- [PROBLEM TO WORK ON]: Collect every line in the records below that contains the word "DIRECTION".

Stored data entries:
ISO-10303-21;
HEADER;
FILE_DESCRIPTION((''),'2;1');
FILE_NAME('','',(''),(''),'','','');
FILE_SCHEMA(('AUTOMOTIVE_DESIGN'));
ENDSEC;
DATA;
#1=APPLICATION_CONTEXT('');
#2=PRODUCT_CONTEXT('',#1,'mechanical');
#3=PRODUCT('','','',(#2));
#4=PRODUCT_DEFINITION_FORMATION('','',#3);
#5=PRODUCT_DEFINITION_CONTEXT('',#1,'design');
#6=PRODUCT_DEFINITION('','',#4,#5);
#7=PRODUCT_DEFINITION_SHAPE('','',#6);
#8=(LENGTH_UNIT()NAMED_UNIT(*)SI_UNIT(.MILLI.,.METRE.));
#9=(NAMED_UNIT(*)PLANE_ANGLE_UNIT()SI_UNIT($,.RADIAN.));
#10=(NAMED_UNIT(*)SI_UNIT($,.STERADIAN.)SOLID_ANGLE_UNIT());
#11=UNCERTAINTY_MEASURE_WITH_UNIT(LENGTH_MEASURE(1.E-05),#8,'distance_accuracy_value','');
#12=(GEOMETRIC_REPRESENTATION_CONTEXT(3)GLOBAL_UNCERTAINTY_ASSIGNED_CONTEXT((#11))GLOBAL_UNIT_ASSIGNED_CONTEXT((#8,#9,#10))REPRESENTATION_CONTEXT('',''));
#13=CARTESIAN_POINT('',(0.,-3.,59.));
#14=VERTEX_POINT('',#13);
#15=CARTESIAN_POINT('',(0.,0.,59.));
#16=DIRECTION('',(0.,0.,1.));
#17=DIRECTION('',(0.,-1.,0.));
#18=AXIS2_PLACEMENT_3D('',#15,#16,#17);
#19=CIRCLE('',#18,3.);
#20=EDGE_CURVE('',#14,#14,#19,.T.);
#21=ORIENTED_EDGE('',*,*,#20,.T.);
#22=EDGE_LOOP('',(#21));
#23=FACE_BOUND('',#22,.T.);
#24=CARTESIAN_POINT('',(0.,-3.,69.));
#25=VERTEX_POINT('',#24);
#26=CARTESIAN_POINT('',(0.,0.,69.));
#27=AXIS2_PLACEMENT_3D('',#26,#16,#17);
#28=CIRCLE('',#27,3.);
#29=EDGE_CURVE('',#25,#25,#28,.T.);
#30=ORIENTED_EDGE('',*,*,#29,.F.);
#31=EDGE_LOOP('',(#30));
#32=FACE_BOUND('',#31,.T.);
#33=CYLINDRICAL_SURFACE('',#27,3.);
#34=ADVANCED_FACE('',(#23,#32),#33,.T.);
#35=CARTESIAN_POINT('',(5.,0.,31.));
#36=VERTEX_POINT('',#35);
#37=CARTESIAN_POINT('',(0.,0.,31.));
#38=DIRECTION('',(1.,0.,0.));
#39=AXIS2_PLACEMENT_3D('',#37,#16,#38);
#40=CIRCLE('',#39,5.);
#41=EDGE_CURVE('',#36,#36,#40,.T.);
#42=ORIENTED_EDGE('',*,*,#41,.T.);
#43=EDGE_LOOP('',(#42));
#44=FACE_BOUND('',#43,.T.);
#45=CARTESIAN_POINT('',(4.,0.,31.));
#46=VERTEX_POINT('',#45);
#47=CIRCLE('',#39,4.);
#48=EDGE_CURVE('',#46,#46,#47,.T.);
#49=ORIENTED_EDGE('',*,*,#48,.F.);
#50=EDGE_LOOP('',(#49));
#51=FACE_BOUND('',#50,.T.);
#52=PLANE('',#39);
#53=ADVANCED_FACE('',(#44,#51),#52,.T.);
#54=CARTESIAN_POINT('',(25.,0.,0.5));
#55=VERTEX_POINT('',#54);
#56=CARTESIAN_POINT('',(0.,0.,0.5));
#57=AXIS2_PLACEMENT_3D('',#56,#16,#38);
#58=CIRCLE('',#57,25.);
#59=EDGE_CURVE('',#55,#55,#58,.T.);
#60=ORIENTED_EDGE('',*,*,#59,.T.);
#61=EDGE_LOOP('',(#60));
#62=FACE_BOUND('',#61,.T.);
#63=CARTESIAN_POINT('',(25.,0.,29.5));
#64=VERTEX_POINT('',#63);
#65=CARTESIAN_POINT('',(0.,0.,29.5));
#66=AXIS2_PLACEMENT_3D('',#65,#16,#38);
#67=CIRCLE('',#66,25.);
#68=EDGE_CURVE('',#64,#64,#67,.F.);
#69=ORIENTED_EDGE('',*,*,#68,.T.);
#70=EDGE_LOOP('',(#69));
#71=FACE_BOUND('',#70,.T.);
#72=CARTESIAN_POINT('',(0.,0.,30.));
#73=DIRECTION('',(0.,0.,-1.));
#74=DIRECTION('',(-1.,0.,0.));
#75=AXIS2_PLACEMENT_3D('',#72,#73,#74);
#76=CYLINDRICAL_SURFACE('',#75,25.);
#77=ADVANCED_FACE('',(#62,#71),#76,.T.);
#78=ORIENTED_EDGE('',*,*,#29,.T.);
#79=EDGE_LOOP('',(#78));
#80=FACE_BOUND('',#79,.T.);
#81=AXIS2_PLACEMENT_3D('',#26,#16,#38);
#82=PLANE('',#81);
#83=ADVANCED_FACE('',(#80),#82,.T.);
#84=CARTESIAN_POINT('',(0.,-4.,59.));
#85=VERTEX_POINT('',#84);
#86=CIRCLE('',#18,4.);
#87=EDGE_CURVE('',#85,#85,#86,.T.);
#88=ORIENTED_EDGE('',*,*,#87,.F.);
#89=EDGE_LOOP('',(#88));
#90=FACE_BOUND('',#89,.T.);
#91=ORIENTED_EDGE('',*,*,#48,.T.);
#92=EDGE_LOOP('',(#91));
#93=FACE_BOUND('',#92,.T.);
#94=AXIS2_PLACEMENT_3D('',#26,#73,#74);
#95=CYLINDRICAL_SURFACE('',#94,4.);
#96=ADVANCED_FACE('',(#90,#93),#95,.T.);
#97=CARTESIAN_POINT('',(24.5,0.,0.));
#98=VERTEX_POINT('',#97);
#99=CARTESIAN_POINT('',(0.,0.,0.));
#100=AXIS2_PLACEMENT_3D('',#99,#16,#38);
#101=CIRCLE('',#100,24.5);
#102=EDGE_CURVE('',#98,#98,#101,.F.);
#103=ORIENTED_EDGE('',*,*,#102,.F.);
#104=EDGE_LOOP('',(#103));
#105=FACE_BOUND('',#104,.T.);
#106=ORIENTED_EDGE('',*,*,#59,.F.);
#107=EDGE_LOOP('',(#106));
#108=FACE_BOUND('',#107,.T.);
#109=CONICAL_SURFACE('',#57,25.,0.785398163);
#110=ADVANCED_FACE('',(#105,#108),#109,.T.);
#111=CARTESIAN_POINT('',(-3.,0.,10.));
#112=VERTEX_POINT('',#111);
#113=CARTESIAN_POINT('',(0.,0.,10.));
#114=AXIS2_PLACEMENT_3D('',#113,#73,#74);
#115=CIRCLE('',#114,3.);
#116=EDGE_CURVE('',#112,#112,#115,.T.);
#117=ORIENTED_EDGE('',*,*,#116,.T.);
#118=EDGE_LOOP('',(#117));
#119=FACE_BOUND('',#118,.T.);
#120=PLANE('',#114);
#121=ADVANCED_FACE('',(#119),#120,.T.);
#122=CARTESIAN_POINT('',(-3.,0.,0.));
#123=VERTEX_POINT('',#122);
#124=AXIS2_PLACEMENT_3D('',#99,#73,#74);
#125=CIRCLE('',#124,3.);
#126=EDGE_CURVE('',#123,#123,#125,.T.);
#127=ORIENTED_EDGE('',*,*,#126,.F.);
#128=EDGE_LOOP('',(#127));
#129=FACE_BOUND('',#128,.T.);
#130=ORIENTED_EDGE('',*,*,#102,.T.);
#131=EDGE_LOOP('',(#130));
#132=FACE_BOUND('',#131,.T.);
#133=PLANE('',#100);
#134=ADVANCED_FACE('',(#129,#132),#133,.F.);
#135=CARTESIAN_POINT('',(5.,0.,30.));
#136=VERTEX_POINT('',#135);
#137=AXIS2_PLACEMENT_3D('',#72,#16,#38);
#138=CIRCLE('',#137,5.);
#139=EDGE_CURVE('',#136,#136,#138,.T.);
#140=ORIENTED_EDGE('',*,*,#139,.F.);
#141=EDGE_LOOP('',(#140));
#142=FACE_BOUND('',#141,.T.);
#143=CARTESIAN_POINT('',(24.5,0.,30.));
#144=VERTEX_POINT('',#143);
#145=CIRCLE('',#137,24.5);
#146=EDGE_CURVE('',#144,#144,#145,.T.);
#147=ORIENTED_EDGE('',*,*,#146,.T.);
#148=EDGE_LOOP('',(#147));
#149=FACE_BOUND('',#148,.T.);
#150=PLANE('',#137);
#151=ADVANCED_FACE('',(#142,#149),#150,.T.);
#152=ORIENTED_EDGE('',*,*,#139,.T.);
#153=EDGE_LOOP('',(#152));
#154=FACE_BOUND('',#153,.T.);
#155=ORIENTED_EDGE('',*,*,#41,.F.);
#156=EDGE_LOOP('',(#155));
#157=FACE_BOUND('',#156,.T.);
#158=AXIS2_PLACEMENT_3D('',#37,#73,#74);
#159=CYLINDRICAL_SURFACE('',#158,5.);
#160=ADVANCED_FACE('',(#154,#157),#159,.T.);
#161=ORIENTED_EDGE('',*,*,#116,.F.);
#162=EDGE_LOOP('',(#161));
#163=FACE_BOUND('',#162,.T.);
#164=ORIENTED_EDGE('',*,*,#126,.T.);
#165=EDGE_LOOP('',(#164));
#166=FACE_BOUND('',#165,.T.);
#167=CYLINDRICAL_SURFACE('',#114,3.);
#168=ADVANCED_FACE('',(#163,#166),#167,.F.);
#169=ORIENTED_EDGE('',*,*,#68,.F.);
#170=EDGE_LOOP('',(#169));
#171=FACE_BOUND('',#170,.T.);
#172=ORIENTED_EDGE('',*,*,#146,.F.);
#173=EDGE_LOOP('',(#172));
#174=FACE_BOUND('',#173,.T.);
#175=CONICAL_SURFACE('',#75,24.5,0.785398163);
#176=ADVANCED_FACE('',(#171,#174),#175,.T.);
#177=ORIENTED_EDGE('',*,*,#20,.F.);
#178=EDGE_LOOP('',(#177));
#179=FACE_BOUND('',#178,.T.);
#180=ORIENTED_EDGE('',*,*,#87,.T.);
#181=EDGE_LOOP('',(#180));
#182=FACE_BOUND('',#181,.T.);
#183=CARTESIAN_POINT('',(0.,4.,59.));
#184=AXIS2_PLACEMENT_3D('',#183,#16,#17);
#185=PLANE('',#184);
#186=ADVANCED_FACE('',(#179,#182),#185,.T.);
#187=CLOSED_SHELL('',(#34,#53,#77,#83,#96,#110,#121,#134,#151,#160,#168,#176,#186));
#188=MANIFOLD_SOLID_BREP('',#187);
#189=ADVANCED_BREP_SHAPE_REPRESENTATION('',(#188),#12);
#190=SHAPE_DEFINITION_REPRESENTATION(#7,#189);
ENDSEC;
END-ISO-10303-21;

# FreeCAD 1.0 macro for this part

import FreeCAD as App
import Part
import Sketcher
Q = App.Units.Quantity


def edges_at(feature, points):
    """Names of the edges that pass closest to the given points."""
    edges = feature.Shape.Edges
    near = lambda p: min(range(len(edges)), key=lambda i: edges[i].distToShape(Part.Vertex(*p))[0])
    return sorted({f"Edge{near(p) + 1}" for p in points})

doc = App.newDocument("Part")
body = doc.addObject("PartDesign::Body", "Body")

sketch1 = body.newObject("Sketcher::SketchObject", "Sketch")
sketch1.AttachmentSupport = (doc.getObject("XY_Plane"), [""])
sketch1.MapMode = "FlatFace"
sketch1.addGeometry(Part.Circle(App.Vector(0, 0, 0), App.Vector(0, 0, 1), 25), False)
sketch1.addConstraint([
    Sketcher.Constraint("Coincident", 0, 3, -1, 1),
    Sketcher.Constraint("Diameter", 0, Q("50 mm")),
])
pad1 = body.newObject("PartDesign::Pad", "Pad")
pad1.Profile = sketch1
pad1.Length = 30

sketch2 = body.newObject("Sketcher::SketchObject", "Sketch001")
sketch2.AttachmentSupport = (doc.getObject("XY_Plane"), [""])
sketch2.MapMode = "FlatFace"
sketch2.AttachmentOffset = App.Placement(App.Vector(0, 0, 30), App.Rotation())
sketch2.addGeometry(Part.Circle(App.Vector(0, 0, 0), App.Vector(0, 0, 1), 4), False)
sketch2.addConstraint([
    Sketcher.Constraint("Coincident", 0, 3, -1, 1),
    Sketcher.Constraint("Diameter", 0, Q("8 mm")),
])
pad2 = body.newObject("PartDesign::Pad", "Pad001")
pad2.Profile = sketch2
pad2.Length = 39

sketch3 = body.newObject("Sketcher::SketchObject", "Sketch002")
sketch3.AttachmentSupport = (doc.getObject("XY_Plane"), [""])
sketch3.MapMode = "FlatFace"
sketch3.AttachmentOffset = App.Placement(App.Vector(0, 0, 30), App.Rotation())
sketch3.addGeometry(Part.Circle(App.Vector(0, 0, 0), App.Vector(0, 0, 1), 5), False)
sketch3.addConstraint([
    Sketcher.Constraint("Coincident", 0, 3, -1, 1),
    Sketcher.Constraint("Diameter", 0, Q("10 mm")),
])
pad3 = body.newObject("PartDesign::Pad", "Pad002")
pad3.Profile = sketch3
pad3.Length = 1

sketch4 = body.newObject("Sketcher::SketchObject", "Sketch003")
sketch4.AttachmentSupport = (doc.getObject("XY_Plane"), [""])
sketch4.MapMode = "FlatFace"
sketch4.addGeometry(Part.Circle(App.Vector(0, 0, 0), App.Vector(0, 0, 1), 3), False)
sketch4.addConstraint([
    Sketcher.Constraint("Coincident", 0, 3, -1, 1),
    Sketcher.Constraint("Diameter", 0, Q("6 mm")),
])
pocket1 = body.newObject("PartDesign::Pocket", "Pocket")
pocket1.Profile = sketch4
pocket1.Length = 10
pocket1.Reversed = True
doc.recompute()

chamfer = body.newObject("PartDesign::Chamfer", "Chamfer")
chamfer.Base = (pocket1, edges_at(pocket1, [(-25, 0, 0), (-25, 0, 30), (-4, 0, 69)]))
chamfer.Size = 0.5

sketch5 = body.newObject("Sketcher::SketchObject", "Sketch004")
sketch5.AttachmentSupport = (doc.getObject("YZ_Plane"), [""])
sketch5.MapMode = "FlatFace"
sketch5.addGeometry([
    Part.LineSegment(App.Vector(4, 69, 0), App.Vector(3, 69, 0)),
    Part.LineSegment(App.Vector(3, 69, 0), App.Vector(3, 59, 0)),
    Part.LineSegment(App.Vector(3, 59, 0), App.Vector(4, 59, 0)),
    Part.LineSegment(App.Vector(4, 59, 0), App.Vector(4, 69, 0)),
], False)
sketch5.addConstraint([
    Sketcher.Constraint("Coincident", 0, 2, 1, 1),
    Sketcher.Constraint("Coincident", 1, 2, 2, 1),
    Sketcher.Constraint("Coincident", 2, 2, 3, 1),
    Sketcher.Constraint("Coincident", 3, 2, 0, 1),
    Sketcher.Constraint("Horizontal", 0),
    Sketcher.Constraint("Vertical", 1),
    Sketcher.Constraint("Horizontal", 2),
    Sketcher.Constraint("Vertical", 3),
    Sketcher.Constraint("DistanceX", 0, 2, 0, 1, Q("1 mm")),
    Sketcher.Constraint("DistanceY", 1, 2, 1, 1, Q("10 mm")),
    Sketcher.Constraint("DistanceX", -1, 1, 0, 2, Q("3 mm")),
    Sketcher.Constraint("DistanceY", -1, 1, 0, 2, Q("69 mm")),
])
groove = body.newObject("PartDesign::Groove", "Groove")
groove.Profile = sketch5
groove.ReferenceAxis = (sketch5, ["V_Axis"])
groove.Angle = 360

doc.recompute()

- [RESPONSE BOX]:
#16=DIRECTION('',(0.,0.,1.));
#17=DIRECTION('',(0.,-1.,0.));
#38=DIRECTION('',(1.,0.,0.));
#73=DIRECTION('',(0.,0.,-1.));
#74=DIRECTION('',(-1.,0.,0.));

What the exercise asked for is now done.